Start of RECORDS TO USE

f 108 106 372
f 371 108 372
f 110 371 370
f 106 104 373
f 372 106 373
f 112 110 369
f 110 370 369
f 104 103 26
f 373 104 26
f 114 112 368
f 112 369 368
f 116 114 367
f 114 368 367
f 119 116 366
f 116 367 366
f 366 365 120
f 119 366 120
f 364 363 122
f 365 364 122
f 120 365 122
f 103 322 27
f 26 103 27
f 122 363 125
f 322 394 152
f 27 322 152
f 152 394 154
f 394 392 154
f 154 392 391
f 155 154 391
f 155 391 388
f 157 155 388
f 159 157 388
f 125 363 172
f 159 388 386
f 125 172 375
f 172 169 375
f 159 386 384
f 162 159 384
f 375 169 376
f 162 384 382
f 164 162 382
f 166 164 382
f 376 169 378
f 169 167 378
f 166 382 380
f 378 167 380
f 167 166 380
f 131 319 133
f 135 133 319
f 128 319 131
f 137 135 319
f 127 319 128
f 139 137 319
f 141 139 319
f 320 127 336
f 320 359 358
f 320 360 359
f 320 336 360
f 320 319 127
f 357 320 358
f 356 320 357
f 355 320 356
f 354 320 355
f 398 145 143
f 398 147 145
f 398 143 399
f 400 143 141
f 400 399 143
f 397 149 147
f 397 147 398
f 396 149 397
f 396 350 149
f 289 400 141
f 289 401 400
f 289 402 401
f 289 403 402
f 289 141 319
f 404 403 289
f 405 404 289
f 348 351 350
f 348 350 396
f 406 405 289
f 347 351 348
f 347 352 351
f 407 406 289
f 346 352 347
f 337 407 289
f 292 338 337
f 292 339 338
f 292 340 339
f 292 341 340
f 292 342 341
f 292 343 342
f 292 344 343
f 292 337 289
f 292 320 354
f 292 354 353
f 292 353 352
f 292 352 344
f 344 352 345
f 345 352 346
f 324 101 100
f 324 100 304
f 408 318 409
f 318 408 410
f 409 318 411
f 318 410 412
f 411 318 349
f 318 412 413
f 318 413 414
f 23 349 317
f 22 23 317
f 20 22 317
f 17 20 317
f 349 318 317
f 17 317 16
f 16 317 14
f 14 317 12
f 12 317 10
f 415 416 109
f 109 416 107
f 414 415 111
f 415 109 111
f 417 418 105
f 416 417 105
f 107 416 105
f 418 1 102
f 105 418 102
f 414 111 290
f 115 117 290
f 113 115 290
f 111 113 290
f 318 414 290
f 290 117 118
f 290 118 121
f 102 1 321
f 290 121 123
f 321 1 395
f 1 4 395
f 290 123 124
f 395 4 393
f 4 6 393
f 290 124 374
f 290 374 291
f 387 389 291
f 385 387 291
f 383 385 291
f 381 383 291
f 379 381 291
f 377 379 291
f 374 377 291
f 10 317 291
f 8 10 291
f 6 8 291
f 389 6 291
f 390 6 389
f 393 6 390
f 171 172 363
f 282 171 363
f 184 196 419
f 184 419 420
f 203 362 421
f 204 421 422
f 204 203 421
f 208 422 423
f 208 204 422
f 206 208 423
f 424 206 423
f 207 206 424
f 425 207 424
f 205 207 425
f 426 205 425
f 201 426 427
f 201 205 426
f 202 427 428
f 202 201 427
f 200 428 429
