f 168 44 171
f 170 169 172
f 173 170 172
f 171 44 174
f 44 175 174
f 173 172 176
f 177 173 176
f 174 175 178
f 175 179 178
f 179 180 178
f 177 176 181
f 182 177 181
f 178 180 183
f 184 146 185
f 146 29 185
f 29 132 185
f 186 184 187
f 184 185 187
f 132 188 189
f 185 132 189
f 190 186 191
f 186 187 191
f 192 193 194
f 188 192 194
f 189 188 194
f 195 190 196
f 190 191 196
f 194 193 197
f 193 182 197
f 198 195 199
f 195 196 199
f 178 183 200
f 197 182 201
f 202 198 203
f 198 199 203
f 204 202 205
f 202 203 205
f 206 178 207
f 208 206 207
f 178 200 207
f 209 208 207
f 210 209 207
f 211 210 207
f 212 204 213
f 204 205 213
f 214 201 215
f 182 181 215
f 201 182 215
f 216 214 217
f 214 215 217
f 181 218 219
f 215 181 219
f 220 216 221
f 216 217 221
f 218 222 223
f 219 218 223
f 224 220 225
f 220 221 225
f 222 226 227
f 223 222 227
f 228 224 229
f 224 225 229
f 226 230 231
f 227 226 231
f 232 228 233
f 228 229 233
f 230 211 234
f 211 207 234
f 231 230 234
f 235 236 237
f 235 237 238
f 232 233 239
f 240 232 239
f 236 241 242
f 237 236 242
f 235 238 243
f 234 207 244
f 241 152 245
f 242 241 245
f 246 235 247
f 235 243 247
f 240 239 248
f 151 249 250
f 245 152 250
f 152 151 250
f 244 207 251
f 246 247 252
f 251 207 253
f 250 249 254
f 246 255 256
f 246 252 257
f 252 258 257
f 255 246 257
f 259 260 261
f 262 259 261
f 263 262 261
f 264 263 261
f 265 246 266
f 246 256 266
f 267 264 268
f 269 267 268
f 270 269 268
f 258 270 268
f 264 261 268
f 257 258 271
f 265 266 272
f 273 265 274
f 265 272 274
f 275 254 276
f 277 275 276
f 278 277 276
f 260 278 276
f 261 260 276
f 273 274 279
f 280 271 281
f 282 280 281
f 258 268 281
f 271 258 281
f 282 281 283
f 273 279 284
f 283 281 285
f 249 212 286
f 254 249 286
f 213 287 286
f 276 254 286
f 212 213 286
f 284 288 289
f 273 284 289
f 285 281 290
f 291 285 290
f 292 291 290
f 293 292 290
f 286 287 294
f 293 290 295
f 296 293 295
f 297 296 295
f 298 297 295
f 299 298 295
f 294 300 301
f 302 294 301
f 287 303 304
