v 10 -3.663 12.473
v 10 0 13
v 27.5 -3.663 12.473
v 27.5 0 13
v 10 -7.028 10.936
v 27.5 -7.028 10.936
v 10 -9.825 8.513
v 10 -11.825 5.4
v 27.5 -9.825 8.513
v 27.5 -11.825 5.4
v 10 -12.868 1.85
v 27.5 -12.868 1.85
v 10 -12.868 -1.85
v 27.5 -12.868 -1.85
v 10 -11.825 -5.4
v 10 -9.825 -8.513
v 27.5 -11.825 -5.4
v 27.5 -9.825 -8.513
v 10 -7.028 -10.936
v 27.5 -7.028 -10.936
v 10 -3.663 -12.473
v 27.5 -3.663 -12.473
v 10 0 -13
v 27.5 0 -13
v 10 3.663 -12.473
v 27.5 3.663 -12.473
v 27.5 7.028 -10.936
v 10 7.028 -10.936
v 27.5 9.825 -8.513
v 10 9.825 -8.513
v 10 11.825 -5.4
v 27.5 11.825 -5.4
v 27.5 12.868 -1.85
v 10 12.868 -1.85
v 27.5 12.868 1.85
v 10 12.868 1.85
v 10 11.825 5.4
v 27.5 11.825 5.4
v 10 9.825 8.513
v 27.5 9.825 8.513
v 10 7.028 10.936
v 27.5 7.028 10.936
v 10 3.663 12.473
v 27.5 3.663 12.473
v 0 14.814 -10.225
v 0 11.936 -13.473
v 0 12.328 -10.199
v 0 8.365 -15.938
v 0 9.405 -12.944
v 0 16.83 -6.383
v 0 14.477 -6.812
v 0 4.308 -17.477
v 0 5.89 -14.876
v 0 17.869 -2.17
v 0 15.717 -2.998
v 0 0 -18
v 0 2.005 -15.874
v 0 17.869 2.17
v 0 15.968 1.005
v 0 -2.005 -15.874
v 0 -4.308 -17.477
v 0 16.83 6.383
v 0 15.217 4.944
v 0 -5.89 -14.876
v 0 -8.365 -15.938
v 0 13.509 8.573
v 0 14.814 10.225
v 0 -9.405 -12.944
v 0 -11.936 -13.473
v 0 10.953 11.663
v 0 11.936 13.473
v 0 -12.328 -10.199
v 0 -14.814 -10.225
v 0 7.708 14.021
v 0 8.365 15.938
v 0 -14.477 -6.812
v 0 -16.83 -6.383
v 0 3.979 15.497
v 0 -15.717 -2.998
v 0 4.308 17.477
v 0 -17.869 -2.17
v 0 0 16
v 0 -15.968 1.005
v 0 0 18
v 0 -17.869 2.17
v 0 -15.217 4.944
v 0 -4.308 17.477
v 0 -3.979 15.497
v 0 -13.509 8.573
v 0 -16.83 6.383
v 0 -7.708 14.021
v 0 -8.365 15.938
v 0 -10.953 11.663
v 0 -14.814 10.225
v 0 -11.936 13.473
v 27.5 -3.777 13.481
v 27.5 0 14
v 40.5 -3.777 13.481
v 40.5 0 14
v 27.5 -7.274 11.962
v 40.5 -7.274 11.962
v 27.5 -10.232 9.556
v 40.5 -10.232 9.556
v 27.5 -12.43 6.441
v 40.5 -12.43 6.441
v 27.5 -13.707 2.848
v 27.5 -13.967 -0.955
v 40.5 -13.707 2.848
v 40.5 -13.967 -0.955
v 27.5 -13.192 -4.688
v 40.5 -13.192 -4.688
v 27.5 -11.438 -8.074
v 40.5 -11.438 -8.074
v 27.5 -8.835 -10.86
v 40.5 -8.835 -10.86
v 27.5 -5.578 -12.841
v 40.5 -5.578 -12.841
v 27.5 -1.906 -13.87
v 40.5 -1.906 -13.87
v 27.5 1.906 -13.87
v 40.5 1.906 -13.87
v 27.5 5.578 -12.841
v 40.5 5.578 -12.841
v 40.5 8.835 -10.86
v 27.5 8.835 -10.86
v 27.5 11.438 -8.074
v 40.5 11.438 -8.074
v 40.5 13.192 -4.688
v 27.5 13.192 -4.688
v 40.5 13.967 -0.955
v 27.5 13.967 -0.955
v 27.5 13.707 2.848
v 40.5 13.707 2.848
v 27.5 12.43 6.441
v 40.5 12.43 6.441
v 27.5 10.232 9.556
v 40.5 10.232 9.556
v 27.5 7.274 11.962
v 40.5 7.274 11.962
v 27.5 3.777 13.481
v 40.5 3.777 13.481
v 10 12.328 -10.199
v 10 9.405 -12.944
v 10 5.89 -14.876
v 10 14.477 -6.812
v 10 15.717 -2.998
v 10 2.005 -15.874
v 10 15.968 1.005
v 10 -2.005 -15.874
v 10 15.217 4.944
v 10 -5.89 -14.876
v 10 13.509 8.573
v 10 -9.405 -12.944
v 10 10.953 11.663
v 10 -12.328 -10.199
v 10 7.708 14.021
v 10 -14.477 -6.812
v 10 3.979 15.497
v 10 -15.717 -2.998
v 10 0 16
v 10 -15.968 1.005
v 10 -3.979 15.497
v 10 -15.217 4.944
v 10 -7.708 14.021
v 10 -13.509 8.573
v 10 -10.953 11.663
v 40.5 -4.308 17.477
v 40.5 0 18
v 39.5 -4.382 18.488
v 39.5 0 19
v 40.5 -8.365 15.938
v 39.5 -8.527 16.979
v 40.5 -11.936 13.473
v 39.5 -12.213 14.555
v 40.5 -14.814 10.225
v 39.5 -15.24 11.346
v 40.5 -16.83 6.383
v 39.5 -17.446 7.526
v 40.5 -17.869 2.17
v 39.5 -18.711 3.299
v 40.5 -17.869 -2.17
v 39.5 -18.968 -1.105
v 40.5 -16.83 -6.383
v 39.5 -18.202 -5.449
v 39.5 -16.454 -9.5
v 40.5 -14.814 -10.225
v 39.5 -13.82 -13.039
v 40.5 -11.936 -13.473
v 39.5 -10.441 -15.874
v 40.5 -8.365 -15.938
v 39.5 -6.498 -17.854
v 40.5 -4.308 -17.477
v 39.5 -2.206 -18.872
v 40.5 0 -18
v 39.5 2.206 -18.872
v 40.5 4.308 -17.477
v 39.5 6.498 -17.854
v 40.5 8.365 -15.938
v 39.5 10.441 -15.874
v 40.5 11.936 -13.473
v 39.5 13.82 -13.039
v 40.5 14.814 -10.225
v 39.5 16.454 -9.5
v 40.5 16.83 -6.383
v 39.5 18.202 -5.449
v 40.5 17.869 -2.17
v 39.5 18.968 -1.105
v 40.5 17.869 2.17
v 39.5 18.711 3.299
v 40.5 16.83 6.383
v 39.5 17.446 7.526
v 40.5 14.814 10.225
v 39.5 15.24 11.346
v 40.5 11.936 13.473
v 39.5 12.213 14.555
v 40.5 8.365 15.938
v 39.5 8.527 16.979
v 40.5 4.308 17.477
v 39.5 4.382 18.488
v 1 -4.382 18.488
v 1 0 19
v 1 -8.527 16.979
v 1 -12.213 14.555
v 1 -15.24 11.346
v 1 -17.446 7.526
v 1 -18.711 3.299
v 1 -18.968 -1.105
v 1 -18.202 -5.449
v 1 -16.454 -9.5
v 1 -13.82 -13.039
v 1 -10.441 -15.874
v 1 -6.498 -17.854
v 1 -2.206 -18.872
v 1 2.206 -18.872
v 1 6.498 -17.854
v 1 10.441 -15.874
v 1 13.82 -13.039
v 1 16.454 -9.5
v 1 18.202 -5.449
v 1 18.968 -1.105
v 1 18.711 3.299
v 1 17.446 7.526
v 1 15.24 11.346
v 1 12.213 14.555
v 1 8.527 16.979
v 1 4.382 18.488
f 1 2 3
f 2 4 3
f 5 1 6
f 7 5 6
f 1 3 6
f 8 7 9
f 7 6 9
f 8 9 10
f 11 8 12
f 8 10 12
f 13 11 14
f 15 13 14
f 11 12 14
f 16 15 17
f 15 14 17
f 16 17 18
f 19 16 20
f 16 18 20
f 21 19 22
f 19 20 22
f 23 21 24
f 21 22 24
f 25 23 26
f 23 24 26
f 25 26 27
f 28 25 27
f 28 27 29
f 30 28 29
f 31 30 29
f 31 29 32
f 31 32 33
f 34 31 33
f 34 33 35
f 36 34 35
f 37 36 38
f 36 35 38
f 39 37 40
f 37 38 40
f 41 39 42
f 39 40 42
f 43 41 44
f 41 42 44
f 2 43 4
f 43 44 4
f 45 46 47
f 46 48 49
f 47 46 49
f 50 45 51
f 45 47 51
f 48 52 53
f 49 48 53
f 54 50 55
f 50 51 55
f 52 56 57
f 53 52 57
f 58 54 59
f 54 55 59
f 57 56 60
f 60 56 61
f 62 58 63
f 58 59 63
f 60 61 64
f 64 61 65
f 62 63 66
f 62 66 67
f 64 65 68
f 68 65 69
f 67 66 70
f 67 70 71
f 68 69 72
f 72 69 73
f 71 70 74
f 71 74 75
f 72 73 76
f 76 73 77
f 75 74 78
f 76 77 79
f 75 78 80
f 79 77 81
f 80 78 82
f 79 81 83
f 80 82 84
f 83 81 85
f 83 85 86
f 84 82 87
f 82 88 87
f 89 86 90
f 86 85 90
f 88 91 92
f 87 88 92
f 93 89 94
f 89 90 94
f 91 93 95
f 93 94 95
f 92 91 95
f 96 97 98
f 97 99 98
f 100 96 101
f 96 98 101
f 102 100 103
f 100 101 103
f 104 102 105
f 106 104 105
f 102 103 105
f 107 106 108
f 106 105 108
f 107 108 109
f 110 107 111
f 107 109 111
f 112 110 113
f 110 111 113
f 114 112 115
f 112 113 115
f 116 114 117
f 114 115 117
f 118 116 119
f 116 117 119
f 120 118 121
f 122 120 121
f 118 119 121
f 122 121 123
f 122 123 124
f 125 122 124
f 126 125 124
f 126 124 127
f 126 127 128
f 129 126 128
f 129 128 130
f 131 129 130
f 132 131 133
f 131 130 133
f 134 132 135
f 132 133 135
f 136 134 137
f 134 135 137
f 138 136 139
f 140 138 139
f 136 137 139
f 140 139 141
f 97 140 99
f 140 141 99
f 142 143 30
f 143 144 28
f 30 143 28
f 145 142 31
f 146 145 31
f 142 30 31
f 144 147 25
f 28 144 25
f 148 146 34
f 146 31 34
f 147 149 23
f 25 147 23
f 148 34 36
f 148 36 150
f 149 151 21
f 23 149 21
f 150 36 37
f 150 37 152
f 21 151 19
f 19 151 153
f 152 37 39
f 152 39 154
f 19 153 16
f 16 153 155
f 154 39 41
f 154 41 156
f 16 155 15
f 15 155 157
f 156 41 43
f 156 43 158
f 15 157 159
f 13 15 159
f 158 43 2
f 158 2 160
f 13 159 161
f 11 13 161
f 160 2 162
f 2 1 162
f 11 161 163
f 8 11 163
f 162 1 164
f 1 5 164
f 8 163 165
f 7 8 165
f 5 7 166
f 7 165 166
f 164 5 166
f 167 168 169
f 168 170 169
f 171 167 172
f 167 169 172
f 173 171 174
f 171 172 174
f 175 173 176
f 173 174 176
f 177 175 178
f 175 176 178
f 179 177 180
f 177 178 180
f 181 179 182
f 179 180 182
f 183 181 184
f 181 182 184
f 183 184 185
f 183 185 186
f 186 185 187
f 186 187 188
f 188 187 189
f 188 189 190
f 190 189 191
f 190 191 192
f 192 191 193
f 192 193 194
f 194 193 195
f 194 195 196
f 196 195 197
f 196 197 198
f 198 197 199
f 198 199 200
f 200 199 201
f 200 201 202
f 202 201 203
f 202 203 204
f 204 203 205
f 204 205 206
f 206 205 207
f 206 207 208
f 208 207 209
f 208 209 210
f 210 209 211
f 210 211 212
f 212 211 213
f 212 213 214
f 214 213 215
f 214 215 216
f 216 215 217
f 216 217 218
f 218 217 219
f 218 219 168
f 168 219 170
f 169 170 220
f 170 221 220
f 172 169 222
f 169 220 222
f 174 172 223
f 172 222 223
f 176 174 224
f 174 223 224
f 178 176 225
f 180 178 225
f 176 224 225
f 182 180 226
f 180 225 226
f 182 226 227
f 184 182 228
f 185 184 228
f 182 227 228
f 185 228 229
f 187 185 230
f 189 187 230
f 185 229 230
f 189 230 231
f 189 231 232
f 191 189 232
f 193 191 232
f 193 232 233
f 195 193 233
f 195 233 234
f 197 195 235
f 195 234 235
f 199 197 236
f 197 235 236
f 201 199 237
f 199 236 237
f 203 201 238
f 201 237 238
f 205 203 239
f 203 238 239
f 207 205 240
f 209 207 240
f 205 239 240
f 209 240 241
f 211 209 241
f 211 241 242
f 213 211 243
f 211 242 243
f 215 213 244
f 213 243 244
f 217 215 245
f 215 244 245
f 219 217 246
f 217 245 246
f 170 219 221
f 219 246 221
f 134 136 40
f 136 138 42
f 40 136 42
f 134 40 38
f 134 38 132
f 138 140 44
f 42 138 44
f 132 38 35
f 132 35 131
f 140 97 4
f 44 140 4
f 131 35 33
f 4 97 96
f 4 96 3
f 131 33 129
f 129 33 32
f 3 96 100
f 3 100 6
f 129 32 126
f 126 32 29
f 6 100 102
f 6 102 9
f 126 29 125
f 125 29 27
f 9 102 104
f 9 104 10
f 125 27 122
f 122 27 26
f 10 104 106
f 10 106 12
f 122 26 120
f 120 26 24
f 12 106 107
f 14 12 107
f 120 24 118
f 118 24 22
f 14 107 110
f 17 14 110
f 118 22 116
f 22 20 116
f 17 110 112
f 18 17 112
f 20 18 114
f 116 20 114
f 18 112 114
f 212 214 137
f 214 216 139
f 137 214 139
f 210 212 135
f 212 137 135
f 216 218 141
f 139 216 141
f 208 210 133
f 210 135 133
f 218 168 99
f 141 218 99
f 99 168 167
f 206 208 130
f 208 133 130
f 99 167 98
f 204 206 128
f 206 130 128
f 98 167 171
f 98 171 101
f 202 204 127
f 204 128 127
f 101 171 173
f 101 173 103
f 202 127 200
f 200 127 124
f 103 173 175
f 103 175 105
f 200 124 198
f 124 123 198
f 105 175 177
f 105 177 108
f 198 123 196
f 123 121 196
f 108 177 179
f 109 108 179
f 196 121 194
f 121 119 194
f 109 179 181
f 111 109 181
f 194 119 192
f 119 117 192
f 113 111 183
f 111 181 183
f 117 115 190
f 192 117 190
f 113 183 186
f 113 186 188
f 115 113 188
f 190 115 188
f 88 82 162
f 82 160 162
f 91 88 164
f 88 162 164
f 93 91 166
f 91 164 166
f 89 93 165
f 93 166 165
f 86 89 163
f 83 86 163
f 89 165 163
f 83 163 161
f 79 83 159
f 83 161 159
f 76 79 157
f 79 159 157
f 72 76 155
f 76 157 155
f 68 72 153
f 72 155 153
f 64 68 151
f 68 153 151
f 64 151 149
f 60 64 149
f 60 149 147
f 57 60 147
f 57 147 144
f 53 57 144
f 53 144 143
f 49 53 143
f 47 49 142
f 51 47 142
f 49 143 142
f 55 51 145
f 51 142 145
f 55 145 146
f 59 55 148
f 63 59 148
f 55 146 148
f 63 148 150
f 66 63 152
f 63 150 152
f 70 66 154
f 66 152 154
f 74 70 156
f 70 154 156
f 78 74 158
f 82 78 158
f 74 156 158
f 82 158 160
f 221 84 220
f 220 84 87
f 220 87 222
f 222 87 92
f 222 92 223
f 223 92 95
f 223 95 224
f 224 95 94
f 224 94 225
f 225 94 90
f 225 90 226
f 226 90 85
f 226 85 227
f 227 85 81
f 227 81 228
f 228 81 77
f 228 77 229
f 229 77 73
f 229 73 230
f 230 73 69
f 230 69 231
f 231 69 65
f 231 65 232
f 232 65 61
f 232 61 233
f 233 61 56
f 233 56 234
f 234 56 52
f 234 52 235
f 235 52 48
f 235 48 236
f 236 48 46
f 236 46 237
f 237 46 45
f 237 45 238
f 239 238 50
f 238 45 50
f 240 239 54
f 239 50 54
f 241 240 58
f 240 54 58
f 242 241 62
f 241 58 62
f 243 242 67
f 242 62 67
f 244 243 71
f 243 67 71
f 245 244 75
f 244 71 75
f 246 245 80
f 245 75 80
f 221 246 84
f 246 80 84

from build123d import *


with BuildPart() as part:
    # Esquisse1 → Base-Révolution (revolve)
    with BuildSketch(Plane.XY, mode=Mode.PRIVATE) as base_r_volution_sk:
        Polygon((0, 18), (0, 16), (10, 16), (10, 13), (27.5, 13), (27.5, 14), (40.5, 14), (40.5, 18), (39.5, 19), (1, 19), align=None)
    revolve(base_r_volution_sk.sketch.rotate(Axis((0, 0, 0), (1, 0, 0)), 90), axis=Axis((0, 0, 0), (1, 0, 0)))


solid = part.part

End of RECORDS TO USE

*ASSIGNMENT*
Extract from the listing above the lines between the line containing "f 29 132 185" and the line containing "f 230 211 234", keeping both of those lines. Output nothing else.

*RESPONSE BELOW*
f 29 132 185
f 186 184 187
f 184 185 187
f 132 188 189
f 185 132 189
f 190 186 191
f 186 187 191
f 192 193 194
f 188 192 194
f 189 188 194
f 195 190 196
f 190 191 196
f 194 193 197
f 193 182 197
f 198 195 199
f 195 196 199
f 178 183 200
f 197 182 201
f 202 198 203
f 198 199 203
f 204 202 205
f 202 203 205
f 206 178 207
f 208 206 207
f 178 200 207
f 209 208 207
f 210 209 207
f 211 210 207
f 212 204 213
f 204 205 213
f 214 201 215
f 182 181 215
f 201 182 215
f 216 214 217
f 214 215 217
f 181 218 219
f 215 181 219
f 220 216 221
f 216 217 221
f 218 222 223
f 219 218 223
f 224 220 225
f 220 221 225
f 222 226 227
f 223 222 227
f 228 224 229
f 224 225 229
f 226 230 231
f 227 226 231
f 232 228 233
f 228 229 233
f 230 211 234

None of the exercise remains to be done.